Within the entries below, find the portion that opens with the line containing "#57=EDGE_CURVE('',#53,#53,#56,.T.);" and closes with the line containing "The same part". Retype that portion exactly and only.
──────────
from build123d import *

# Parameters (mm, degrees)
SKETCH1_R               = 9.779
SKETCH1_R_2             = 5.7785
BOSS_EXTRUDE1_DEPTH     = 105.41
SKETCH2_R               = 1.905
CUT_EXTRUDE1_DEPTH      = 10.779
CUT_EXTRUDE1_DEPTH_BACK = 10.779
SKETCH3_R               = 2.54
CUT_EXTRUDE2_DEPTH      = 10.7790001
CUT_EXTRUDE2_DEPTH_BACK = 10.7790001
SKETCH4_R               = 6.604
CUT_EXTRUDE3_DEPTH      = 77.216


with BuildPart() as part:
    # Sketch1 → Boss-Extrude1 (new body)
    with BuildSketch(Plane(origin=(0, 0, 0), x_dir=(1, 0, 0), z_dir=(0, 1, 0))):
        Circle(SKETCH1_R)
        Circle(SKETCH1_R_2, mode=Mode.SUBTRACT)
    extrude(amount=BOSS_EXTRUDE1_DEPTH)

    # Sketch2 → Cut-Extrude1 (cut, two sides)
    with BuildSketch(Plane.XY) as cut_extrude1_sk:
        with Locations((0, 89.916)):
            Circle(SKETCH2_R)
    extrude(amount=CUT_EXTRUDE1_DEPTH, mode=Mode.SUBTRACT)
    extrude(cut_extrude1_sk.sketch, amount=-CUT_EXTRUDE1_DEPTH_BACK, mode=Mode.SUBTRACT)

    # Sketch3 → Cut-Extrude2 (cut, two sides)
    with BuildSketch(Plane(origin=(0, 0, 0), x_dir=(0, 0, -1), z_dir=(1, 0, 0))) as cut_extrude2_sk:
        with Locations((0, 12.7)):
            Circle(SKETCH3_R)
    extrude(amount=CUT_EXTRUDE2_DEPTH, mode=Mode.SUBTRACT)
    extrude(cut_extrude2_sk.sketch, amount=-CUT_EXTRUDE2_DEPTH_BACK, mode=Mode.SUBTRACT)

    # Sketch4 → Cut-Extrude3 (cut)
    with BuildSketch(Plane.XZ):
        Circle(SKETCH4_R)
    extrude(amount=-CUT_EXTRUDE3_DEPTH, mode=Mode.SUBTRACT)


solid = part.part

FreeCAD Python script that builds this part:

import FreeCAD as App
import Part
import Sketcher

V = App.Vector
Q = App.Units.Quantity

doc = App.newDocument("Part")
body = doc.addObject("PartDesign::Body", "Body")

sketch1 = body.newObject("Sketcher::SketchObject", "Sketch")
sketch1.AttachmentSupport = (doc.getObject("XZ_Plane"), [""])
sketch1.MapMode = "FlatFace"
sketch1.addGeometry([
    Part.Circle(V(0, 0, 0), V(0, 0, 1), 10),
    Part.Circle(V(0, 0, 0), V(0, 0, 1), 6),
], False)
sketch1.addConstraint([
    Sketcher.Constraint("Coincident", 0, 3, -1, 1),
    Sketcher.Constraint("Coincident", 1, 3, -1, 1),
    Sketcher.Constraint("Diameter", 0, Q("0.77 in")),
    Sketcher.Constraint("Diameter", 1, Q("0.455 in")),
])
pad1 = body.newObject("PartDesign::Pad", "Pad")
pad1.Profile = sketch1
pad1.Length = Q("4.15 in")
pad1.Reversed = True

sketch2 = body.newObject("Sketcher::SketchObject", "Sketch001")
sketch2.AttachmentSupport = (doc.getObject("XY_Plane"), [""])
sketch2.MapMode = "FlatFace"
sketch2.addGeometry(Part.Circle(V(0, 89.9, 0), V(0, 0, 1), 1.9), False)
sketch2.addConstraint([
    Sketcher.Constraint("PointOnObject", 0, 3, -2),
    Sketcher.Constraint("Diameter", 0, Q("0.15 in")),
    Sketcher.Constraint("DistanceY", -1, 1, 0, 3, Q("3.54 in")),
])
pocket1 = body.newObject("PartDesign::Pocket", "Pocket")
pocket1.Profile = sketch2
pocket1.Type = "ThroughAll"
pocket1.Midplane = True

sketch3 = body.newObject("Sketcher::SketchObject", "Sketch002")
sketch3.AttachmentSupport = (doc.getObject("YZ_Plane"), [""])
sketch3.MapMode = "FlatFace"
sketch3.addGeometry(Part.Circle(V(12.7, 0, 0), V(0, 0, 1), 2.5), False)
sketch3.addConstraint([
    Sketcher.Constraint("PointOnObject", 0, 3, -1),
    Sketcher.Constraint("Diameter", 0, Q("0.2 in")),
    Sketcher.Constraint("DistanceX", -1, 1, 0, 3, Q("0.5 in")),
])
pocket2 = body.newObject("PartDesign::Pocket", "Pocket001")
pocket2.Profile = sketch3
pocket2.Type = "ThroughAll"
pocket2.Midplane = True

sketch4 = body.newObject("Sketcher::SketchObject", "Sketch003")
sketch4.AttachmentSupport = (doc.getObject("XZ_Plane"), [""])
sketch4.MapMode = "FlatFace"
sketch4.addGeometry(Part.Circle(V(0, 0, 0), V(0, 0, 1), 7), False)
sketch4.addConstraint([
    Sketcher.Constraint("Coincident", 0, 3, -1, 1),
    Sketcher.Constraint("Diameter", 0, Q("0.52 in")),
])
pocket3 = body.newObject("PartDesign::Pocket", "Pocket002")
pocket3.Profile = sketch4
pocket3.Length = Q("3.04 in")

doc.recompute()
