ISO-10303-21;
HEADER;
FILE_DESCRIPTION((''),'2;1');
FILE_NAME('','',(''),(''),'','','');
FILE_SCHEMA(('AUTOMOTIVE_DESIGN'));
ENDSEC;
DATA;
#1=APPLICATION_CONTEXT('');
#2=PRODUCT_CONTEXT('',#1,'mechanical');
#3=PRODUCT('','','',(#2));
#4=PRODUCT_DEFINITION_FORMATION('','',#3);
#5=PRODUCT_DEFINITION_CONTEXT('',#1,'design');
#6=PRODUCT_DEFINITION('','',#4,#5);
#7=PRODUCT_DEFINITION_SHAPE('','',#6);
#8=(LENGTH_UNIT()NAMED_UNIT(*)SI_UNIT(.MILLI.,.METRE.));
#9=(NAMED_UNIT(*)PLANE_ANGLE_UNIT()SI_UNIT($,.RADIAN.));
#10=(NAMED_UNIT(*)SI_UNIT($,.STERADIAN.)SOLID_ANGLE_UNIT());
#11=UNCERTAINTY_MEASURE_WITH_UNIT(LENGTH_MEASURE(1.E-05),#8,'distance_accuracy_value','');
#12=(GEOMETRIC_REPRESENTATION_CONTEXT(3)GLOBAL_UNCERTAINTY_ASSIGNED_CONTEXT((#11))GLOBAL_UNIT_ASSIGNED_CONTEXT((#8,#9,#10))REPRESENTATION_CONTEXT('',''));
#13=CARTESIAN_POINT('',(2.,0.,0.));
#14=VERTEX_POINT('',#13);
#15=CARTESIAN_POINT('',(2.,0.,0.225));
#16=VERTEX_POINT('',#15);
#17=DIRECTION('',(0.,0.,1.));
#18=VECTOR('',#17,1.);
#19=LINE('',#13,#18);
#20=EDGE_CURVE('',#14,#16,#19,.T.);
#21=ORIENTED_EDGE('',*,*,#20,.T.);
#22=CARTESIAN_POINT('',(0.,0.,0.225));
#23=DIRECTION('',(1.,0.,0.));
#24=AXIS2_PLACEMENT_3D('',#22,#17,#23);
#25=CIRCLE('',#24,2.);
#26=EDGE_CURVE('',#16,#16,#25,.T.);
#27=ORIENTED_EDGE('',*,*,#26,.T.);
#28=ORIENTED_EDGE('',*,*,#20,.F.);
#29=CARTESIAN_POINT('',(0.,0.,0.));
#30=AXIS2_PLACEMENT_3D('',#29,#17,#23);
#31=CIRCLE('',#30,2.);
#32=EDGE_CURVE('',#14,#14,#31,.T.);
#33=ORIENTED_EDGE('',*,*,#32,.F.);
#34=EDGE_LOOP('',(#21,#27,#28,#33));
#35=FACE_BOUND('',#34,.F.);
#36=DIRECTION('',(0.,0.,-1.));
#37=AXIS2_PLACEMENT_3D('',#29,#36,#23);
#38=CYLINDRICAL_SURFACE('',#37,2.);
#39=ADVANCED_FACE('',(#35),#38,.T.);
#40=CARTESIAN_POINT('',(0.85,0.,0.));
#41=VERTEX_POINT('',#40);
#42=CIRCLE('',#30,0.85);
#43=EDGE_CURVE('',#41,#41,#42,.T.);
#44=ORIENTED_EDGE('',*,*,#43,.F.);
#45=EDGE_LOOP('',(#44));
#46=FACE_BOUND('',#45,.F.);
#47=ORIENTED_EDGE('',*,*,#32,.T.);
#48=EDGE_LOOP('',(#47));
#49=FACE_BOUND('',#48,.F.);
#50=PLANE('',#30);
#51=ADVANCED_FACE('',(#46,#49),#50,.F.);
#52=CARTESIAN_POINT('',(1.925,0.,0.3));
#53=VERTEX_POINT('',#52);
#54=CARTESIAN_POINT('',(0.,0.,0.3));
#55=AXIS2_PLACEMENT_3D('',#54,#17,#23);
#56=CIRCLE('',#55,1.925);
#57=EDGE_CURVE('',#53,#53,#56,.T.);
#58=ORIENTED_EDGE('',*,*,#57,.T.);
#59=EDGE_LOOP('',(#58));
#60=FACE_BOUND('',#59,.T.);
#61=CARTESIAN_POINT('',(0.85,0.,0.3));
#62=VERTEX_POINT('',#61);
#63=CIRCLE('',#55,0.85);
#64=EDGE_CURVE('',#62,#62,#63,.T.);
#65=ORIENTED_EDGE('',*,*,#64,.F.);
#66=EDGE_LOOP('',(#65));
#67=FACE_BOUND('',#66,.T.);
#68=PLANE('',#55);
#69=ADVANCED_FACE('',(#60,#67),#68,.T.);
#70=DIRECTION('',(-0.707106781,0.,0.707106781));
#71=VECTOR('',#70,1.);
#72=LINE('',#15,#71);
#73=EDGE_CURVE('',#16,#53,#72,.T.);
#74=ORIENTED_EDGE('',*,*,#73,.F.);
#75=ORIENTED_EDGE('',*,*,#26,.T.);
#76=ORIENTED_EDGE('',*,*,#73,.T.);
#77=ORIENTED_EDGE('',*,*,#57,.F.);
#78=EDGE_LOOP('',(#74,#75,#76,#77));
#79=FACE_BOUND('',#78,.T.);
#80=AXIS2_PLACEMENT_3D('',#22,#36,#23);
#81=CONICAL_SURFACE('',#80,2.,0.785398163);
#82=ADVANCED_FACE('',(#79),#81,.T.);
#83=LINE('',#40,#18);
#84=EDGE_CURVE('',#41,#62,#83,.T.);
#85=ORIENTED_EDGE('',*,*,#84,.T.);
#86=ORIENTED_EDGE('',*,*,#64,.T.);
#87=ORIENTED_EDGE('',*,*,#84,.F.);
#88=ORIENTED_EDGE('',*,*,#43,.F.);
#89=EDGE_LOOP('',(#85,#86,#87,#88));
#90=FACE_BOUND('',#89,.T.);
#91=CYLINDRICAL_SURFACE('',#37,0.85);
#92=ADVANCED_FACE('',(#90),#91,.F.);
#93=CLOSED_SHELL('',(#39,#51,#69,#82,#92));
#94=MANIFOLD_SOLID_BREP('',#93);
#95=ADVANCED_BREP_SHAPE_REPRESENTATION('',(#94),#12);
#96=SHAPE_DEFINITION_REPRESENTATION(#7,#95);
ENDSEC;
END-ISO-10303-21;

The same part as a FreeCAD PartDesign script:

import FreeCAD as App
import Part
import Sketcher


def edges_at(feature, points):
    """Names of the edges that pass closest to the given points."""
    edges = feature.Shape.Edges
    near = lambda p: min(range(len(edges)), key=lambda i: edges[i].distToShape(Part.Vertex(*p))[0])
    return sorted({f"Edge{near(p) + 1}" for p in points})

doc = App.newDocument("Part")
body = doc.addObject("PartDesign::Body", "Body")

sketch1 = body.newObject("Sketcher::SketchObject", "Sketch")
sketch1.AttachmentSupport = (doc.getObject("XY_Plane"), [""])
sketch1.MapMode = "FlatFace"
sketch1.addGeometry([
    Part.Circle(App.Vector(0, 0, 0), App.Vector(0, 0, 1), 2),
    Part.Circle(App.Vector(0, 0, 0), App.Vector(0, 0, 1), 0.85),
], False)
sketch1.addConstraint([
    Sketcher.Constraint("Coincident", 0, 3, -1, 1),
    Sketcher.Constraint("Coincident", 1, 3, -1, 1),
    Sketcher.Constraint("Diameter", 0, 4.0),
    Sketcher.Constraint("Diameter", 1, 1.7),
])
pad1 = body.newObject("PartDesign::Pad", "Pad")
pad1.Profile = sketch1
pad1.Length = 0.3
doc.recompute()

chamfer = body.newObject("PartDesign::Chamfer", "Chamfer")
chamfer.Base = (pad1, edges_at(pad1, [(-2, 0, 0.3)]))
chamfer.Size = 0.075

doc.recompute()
──────────
### Worked solution
#57=EDGE_CURVE('',#53,#53,#56,.T.);
#58=ORIENTED_EDGE('',*,*,#57,.T.);
#59=EDGE_LOOP('',(#58));
#60=FACE_BOUND('',#59,.T.);
#61=CARTESIAN_POINT('',(0.85,0.,0.3));
#62=VERTEX_POINT('',#61);
#63=CIRCLE('',#55,0.85);
#64=EDGE_CURVE('',#62,#62,#63,.T.);
#65=ORIENTED_EDGE('',*,*,#64,.F.);
#66=EDGE_LOOP('',(#65));
#67=FACE_BOUND('',#66,.T.);
#68=PLANE('',#55);
#69=ADVANCED_FACE('',(#60,#67),#68,.T.);
#70=DIRECTION('',(-0.707106781,0.,0.707106781));
#71=VECTOR('',#70,1.);
#72=LINE('',#15,#71);
#73=EDGE_CURVE('',#16,#53,#72,.T.);
#74=ORIENTED_EDGE('',*,*,#73,.F.);
#75=ORIENTED_EDGE('',*,*,#26,.T.);
#76=ORIENTED_EDGE('',*,*,#73,.T.);
#77=ORIENTED_EDGE('',*,*,#57,.F.);
#78=EDGE_LOOP('',(#74,#75,#76,#77));
#79=FACE_BOUND('',#78,.T.);
#80=AXIS2_PLACEMENT_3D('',#22,#36,#23);
#81=CONICAL_SURFACE('',#80,2.,0.785398163);
#82=ADVANCED_FACE('',(#79),#81,.T.);
#83=LINE('',#40,#18);
#84=EDGE_CURVE('',#41,#62,#83,.T.);
#85=ORIENTED_EDGE('',*,*,#84,.T.);
#86=ORIENTED_EDGE('',*,*,#64,.T.);
#87=ORIENTED_EDGE('',*,*,#84,.F.);
#88=ORIENTED_EDGE('',*,*,#43,.F.);
#89=EDGE_LOOP('',(#85,#86,#87,#88));
#90=FACE_BOUND('',#89,.T.);
#91=CYLINDRICAL_SURFACE('',#37,0.85);
#92=ADVANCED_FACE('',(#90),#91,.F.);
#93=CLOSED_SHELL('',(#39,#51,#69,#82,#92));
#94=MANIFOLD_SOLID_BREP('',#93);
#95=ADVANCED_BREP_SHAPE_REPRESENTATION('',(#94),#12);
#96=SHAPE_DEFINITION_REPRESENTATION(#7,#95);
ENDSEC;
END-ISO-10303-21;

The same part as a FreeCAD PartDesign script:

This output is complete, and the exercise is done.